● Given entries:
*** Begin section ***

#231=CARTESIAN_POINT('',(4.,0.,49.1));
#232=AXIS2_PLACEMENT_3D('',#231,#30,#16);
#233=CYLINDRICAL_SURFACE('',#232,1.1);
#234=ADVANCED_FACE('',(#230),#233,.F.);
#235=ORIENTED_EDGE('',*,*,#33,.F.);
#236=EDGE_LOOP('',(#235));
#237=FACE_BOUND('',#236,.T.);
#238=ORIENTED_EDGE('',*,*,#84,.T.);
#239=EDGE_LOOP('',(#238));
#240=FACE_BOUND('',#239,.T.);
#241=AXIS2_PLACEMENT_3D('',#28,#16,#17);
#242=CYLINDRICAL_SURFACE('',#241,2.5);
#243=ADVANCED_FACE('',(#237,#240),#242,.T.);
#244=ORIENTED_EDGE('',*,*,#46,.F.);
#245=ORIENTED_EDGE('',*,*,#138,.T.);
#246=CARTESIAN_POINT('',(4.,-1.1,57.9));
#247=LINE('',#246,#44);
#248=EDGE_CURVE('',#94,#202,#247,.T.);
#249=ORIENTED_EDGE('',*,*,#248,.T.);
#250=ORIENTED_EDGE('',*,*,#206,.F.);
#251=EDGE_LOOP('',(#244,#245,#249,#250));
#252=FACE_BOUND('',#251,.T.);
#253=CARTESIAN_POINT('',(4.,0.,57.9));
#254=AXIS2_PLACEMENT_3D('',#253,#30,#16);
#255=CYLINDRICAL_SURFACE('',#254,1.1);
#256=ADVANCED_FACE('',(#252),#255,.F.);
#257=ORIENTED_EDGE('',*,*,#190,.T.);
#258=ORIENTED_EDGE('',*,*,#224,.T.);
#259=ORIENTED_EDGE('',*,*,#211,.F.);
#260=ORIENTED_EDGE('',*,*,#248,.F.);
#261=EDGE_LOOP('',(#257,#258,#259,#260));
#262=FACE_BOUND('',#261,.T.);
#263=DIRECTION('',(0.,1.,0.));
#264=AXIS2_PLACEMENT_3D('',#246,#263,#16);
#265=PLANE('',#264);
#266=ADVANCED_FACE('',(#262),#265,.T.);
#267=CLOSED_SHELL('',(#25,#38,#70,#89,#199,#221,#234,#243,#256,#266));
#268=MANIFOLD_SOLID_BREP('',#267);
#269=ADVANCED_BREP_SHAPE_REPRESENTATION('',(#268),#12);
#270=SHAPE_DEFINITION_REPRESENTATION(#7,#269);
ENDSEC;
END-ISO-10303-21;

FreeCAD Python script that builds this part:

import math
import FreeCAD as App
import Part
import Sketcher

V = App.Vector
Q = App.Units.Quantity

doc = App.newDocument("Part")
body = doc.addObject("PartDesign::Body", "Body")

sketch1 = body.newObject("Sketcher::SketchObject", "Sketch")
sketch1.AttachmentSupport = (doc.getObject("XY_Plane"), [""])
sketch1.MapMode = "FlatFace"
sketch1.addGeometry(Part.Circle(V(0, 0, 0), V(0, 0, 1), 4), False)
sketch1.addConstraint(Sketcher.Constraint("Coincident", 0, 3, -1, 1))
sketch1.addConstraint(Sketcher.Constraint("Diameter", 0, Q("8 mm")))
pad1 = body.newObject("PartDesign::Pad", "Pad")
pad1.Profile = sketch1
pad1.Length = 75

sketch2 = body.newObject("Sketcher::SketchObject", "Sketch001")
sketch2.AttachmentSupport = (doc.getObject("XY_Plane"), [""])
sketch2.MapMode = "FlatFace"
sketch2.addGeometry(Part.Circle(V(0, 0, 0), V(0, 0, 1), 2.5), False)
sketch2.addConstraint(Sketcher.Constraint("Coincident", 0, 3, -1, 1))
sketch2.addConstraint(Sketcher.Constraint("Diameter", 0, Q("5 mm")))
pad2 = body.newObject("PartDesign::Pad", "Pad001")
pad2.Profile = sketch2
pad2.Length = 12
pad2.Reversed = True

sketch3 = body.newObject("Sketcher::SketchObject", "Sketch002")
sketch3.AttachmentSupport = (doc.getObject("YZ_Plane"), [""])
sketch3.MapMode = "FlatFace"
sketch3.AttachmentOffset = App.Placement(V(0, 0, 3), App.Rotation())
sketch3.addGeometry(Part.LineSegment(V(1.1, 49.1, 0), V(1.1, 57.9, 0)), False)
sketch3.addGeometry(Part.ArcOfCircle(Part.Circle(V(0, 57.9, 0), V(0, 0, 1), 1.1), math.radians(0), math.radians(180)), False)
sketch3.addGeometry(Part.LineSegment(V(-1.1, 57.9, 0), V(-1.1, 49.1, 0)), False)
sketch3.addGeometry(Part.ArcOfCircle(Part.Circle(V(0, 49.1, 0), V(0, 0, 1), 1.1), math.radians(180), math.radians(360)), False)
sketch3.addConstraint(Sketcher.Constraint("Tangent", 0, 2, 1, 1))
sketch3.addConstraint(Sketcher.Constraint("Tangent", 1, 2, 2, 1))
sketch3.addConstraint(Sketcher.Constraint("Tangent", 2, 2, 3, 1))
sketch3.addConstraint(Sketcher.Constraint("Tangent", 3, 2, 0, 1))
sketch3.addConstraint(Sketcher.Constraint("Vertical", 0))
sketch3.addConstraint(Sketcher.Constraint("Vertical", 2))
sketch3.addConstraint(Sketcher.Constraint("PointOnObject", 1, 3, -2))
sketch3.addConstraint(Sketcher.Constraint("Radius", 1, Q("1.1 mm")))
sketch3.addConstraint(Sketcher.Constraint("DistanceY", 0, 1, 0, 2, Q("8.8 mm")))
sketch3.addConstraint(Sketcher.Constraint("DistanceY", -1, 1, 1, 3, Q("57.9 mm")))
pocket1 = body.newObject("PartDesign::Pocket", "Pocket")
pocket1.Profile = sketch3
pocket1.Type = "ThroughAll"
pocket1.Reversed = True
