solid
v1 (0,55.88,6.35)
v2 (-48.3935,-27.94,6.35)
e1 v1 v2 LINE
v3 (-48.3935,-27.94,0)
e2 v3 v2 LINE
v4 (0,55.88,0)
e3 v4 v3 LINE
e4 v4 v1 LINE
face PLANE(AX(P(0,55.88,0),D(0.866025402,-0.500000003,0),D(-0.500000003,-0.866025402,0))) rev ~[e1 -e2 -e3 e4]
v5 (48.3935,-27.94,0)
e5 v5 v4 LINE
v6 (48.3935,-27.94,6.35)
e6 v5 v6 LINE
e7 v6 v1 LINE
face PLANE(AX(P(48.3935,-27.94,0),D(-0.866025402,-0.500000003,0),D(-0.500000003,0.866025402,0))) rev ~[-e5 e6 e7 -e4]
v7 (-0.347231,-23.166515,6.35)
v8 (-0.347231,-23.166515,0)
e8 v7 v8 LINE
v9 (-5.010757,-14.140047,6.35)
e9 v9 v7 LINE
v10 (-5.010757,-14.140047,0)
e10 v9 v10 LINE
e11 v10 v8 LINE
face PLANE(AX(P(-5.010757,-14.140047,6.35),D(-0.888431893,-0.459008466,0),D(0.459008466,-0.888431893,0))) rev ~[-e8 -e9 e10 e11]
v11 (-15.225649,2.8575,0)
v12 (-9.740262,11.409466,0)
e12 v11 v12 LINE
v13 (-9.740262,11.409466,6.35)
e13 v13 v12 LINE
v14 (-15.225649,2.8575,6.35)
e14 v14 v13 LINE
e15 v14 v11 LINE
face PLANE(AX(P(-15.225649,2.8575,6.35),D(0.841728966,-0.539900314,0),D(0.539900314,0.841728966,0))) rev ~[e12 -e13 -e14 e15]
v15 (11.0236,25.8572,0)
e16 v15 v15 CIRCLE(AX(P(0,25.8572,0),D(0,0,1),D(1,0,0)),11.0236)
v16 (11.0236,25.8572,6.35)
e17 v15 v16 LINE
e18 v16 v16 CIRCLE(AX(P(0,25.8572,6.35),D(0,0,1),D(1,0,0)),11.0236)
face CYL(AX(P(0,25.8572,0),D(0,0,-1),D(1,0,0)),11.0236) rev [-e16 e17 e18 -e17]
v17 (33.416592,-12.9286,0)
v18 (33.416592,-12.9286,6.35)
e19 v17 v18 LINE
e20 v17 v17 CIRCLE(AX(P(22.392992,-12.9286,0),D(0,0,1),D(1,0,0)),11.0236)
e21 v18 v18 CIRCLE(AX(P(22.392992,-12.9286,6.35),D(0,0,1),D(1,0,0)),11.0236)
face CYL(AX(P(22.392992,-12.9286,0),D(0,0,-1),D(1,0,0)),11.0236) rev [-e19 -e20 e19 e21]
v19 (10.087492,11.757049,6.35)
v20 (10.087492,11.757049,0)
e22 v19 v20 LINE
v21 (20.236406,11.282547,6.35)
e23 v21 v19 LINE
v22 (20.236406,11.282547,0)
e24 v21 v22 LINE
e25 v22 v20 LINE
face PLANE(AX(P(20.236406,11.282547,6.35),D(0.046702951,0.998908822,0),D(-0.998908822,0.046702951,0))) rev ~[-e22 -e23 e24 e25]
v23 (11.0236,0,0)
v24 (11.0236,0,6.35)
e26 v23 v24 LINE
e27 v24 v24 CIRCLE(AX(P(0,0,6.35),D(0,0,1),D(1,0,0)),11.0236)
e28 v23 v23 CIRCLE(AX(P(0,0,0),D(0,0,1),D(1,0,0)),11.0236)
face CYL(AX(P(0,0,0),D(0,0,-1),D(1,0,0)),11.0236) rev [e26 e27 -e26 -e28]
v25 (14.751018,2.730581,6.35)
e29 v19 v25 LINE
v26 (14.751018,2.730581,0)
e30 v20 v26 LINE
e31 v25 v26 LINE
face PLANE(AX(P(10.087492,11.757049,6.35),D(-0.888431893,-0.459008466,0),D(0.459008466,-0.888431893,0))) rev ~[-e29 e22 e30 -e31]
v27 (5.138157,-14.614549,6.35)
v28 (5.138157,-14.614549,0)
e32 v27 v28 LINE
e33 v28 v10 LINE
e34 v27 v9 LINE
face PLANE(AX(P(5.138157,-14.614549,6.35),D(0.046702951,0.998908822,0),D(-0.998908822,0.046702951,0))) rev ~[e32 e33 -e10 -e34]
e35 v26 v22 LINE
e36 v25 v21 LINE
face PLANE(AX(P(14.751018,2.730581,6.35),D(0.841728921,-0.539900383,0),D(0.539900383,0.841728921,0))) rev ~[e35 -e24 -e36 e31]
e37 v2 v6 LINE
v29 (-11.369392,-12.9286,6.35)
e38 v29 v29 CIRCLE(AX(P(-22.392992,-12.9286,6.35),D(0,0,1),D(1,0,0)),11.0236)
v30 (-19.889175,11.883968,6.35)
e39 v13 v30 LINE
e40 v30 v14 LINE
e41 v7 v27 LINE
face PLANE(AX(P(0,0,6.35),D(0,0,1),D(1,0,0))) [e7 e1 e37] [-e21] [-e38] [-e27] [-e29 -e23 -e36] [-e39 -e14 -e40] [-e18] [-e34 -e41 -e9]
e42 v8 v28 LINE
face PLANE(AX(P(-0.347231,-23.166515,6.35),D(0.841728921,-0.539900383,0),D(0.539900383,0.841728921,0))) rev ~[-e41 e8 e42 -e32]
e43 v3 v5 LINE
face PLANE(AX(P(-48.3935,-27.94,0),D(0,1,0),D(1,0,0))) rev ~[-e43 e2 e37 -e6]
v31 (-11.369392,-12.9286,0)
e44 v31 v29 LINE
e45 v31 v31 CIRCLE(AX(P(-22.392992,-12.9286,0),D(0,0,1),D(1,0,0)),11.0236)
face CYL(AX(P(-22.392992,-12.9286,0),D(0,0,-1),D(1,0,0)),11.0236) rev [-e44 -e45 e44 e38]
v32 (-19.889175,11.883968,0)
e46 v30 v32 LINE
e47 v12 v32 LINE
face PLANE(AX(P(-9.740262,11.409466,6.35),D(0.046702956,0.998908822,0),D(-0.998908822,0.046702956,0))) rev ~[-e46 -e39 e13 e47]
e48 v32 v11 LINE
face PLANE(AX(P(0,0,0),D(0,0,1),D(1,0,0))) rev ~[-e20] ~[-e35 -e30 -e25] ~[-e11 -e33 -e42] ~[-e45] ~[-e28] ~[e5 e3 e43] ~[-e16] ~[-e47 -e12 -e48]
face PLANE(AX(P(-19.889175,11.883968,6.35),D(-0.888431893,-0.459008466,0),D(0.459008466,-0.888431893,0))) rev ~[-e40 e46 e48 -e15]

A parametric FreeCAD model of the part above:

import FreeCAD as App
import Part
import Sketcher

V = App.Vector
Q = App.Units.Quantity

doc = App.newDocument("Part")
params = doc.addObject("Spreadsheet::Sheet", "Params")
for row, (alias, value) in enumerate([
    ("sketch1_diameter", "0.868 in"),
    ("pad1_length", "0.25 in"),
    ("sketch2_length", "0.4 in"),
    ("pocket1_length", "0.25 in"),
], start=1):
    params.set(f"A{row}", alias)
    params.set(f"B{row}", "=" + value)
    params.setAlias(f"B{row}", alias)

body = doc.addObject("PartDesign::Body", "Body")

# Sketch on XY plane
sketch1 = body.newObject("Sketcher::SketchObject", "Sketch")
sketch1.AttachmentSupport = (doc.getObject("XY_Plane"), [""])
sketch1.MapMode = "FlatFace"
sketch1.addGeometry([
    Part.LineSegment(V(-48, -28, 0), V(48, -28, 0)),  # 0
    Part.LineSegment(V(48, -28, 0), V(0, 56, 0)),  # 1
    Part.LineSegment(V(0, 56, 0), V(-48, -28, 0)),  # 2
    Part.Circle(V(-22, -13, 0), V(0, 0, 1), 11),  # 3
    Part.Circle(V(22, -13, 0), V(0, 0, 1), 11),  # 4
    Part.Circle(V(0, 0, 0), V(0, 0, 1), 11),  # 5
    Part.Circle(V(0, 26, 0), V(0, 0, 1), 11),  # 6
], False)
sketch1.addConstraint([
    Sketcher.Constraint("Coincident", 0, 2, 1, 1),
    Sketcher.Constraint("Coincident", 1, 2, 2, 1),
    Sketcher.Constraint("Coincident", 2, 2, 0, 1),
    Sketcher.Constraint("Horizontal", 0),
    Sketcher.Constraint("Coincident", 5, 3, -1, 1),
    Sketcher.Constraint("Equal", 3, 4),
    Sketcher.Constraint("Equal", 4, 5),
    Sketcher.Constraint("Equal", 5, 6),
    Sketcher.Constraint("Symmetric", 3, 3, 4, 3, -2),
    Sketcher.Constraint("PointOnObject", 6, 3, -2),
    Sketcher.Constraint("PointOnObject", 1, 2, -2),
    Sketcher.Constraint("Equal", 1, 2),
    Sketcher.Constraint("Diameter", 3, Q("0.868 in")),
    Sketcher.Constraint("Angle", 1, Q("120 deg")),
    Sketcher.Constraint("DistanceY", 0, 2, -1, 1, Q("1.1 in")),
    Sketcher.Constraint("DistanceY", -1, 1, 1, 2, Q("2.2 in")),
    Sketcher.Constraint("DistanceY", 3, 3, -1, 1, Q("0.509 in")),
    Sketcher.Constraint("DistanceY", -1, 1, 6, 3, Q("1.018 in")),
    Sketcher.Constraint("DistanceX", 3, 3, -1, 1, 22.392992),
])
sketch1.setExpression("Constraints[12]", "Params.sketch1_diameter")
pad1 = body.newObject("PartDesign::Pad", "Pad")
pad1.Profile = sketch1
pad1.setExpression("Length", "Params.pad1_length")

# Sketch on XY plane
sketch2 = body.newObject("Sketcher::SketchObject", "Sketch001")
sketch2.AttachmentSupport = (doc.getObject("XY_Plane"), [""])
sketch2.MapMode = "FlatFace"
sketch2.AttachmentOffset = App.Placement(V(0, 0, 0.25 * 25.4), App.Rotation())
sketch2.addGeometry([
    Part.LineSegment(V(-10, 11, 0), V(-20, 12, 0)),  # 0
    Part.LineSegment(V(-20, 12, 0), V(-15, 3, 0)),  # 1
    Part.LineSegment(V(-15, 3, 0), V(-10, 11, 0)),  # 2
    Part.LineSegment(V(5, -15, 0), V(-5, -14, 0)),  # 3
    Part.LineSegment(V(-5, -14, 0), V(0, -23, 0)),  # 4
    Part.LineSegment(V(0, -23, 0), V(5, -15, 0)),  # 5
    Part.LineSegment(V(10, 12, 0), V(15, 3, 0)),  # 6
    Part.LineSegment(V(15, 3, 0), V(20, 11, 0)),  # 7
    Part.LineSegment(V(20, 11, 0), V(10, 12, 0)),  # 8
], False)
sketch2.addConstraint([
    Sketcher.Constraint("Coincident", 0, 2, 1, 1),
    Sketcher.Constraint("Coincident", 1, 2, 2, 1),
    Sketcher.Constraint("Coincident", 2, 2, 0, 1),
    Sketcher.Constraint("Coincident", 3, 2, 4, 1),
    Sketcher.Constraint("Coincident", 4, 2, 5, 1),
    Sketcher.Constraint("Coincident", 5, 2, 3, 1),
    Sketcher.Constraint("Coincident", 6, 2, 7, 1),
    Sketcher.Constraint("Coincident", 7, 2, 8, 1),
    Sketcher.Constraint("Coincident", 8, 2, 6, 1),
    Sketcher.Constraint("Parallel", 0, 3),
    Sketcher.Constraint("Parallel", 1, 4),
    Sketcher.Constraint("Parallel", 2, 5),
    Sketcher.Constraint("Parallel", 4, 6),
    Sketcher.Constraint("Parallel", 5, 7),
    Sketcher.Constraint("Parallel", 3, 8),
    Sketcher.Constraint("Equal", 0, 1),
    Sketcher.Constraint("Equal", 1, 2),
    Sketcher.Constraint("Equal", 2, 3),
    Sketcher.Constraint("Equal", 5, 6),
    Sketcher.Constraint("Distance", 0, Q("0.4 in")),
    Sketcher.Constraint("DistanceY", -1, 1, 1, 2, Q("0.1125 in")),
    Sketcher.Constraint("DistanceY", 2, 2, 0, 2, 0.474502),
    Sketcher.Constraint("DistanceX", 1, 2, -1, 1, 15.225649),
    Sketcher.Constraint("DistanceX", 4, 2, -1, 1, 0.347231),
    Sketcher.Constraint("DistanceY", 5, 2, -1, 1, 14.614549),
    Sketcher.Constraint("DistanceY", -1, 1, 6, 2, 2.730581),
    Sketcher.Constraint("DistanceX", -1, 1, 8, 2, 10.087492),
])
sketch2.setExpression("Constraints[19]", "Params.sketch2_length")
pocket1 = body.newObject("PartDesign::Pocket", "Pocket")
pocket1.Profile = sketch2
pocket1.setExpression("Length", "Params.pocket1_length")

doc.recompute()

*** End section ***

From the listing above, the lines starting with the one that has "#254=AXIS2_PLACEMENT_3D('',#253,#30,#16);" and running through the one that has "#269=ADVANCED_BREP_SHAPE_REPRESENTATION('',(#268),#12);" should be copied exactly, ends included.

● Answer space:
#254=AXIS2_PLACEMENT_3D('',#253,#30,#16);
#255=CYLINDRICAL_SURFACE('',#254,1.1);
#256=ADVANCED_FACE('',(#252),#255,.F.);
#257=ORIENTED_EDGE('',*,*,#190,.T.);
#258=ORIENTED_EDGE('',*,*,#224,.T.);
#259=ORIENTED_EDGE('',*,*,#211,.F.);
#260=ORIENTED_EDGE('',*,*,#248,.F.);
#261=EDGE_LOOP('',(#257,#258,#259,#260));
#262=FACE_BOUND('',#261,.T.);
#263=DIRECTION('',(0.,1.,0.));
#264=AXIS2_PLACEMENT_3D('',#246,#263,#16);
#265=PLANE('',#264);
#266=ADVANCED_FACE('',(#262),#265,.T.);
#267=CLOSED_SHELL('',(#25,#38,#70,#89,#199,#221,#234,#243,#256,#266));
#268=MANIFOLD_SOLID_BREP('',#267);
#269=ADVANCED_BREP_SHAPE_REPRESENTATION('',(#268),#12);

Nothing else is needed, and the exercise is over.